Collected data entries
-*-*-
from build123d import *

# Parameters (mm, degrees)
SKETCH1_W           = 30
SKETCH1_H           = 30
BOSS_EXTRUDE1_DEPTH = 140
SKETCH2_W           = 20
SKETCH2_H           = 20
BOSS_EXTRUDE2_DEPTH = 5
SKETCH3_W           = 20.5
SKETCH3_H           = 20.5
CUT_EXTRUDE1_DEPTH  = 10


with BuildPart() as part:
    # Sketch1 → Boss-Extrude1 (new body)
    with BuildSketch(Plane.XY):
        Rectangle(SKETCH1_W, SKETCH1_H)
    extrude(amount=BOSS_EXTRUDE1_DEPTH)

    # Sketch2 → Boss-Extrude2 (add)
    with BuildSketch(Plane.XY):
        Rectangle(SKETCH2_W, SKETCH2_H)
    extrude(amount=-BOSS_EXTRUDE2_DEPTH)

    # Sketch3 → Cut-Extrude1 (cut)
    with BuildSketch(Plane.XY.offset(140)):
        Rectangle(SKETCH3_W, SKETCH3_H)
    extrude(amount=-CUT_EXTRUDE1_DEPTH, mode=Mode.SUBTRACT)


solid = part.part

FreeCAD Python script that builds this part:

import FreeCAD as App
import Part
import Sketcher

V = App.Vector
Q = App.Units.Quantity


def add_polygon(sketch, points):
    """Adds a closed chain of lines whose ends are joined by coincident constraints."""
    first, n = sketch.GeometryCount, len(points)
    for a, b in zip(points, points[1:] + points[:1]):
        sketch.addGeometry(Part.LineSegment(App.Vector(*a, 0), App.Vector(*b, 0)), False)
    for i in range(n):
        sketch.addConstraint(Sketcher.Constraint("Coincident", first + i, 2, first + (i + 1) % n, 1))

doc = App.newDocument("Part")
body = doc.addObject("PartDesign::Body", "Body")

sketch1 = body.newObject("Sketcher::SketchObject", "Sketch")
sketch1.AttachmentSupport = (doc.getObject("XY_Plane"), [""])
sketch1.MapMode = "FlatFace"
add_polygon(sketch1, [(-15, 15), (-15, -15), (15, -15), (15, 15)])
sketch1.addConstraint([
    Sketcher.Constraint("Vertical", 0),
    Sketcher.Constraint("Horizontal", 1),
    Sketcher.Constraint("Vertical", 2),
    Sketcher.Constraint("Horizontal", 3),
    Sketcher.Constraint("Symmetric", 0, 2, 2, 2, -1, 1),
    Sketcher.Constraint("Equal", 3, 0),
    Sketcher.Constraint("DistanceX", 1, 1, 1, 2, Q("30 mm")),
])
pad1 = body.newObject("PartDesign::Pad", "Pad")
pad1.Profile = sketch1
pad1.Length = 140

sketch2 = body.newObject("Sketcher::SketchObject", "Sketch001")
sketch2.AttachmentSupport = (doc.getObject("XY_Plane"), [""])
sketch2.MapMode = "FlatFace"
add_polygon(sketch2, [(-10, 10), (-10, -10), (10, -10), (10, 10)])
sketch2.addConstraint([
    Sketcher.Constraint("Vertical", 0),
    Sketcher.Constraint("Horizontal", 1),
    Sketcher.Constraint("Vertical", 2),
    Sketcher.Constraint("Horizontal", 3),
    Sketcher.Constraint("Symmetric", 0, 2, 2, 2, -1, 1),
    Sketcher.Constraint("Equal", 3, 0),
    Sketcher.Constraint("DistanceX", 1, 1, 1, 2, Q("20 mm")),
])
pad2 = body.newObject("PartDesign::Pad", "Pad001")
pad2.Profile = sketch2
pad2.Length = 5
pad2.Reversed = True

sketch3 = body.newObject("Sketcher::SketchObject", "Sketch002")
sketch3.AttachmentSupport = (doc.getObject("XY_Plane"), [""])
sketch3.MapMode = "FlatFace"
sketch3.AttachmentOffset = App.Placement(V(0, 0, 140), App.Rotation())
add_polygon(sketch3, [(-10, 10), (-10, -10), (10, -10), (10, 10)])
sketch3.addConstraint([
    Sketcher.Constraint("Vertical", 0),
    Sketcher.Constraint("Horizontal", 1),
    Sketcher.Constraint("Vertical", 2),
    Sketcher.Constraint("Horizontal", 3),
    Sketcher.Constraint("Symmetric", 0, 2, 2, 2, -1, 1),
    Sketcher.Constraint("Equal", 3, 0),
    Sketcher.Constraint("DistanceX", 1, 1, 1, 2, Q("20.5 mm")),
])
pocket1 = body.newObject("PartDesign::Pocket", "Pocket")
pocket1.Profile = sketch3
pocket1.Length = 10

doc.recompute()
-*-*-
What this task involves: Write out a verbatim copy of the data, beginning with its first line and ending with the line that contains "FreeCAD Python script".

Result below:
from build123d import *

# Parameters (mm, degrees)
SKETCH1_W           = 30
SKETCH1_H           = 30
BOSS_EXTRUDE1_DEPTH = 140
SKETCH2_W           = 20
SKETCH2_H           = 20
BOSS_EXTRUDE2_DEPTH = 5
SKETCH3_W           = 20.5
SKETCH3_H           = 20.5
CUT_EXTRUDE1_DEPTH  = 10


with BuildPart() as part:
    # Sketch1 → Boss-Extrude1 (new body)
    with BuildSketch(Plane.XY):
        Rectangle(SKETCH1_W, SKETCH1_H)
    extrude(amount=BOSS_EXTRUDE1_DEPTH)

    # Sketch2 → Boss-Extrude2 (add)
    with BuildSketch(Plane.XY):
        Rectangle(SKETCH2_W, SKETCH2_H)
    extrude(amount=-BOSS_EXTRUDE2_DEPTH)

    # Sketch3 → Cut-Extrude1 (cut)
    with BuildSketch(Plane.XY.offset(140)):
        Rectangle(SKETCH3_W, SKETCH3_H)
    extrude(amount=-CUT_EXTRUDE1_DEPTH, mode=Mode.SUBTRACT)


solid = part.part

FreeCAD Python script that builds this part:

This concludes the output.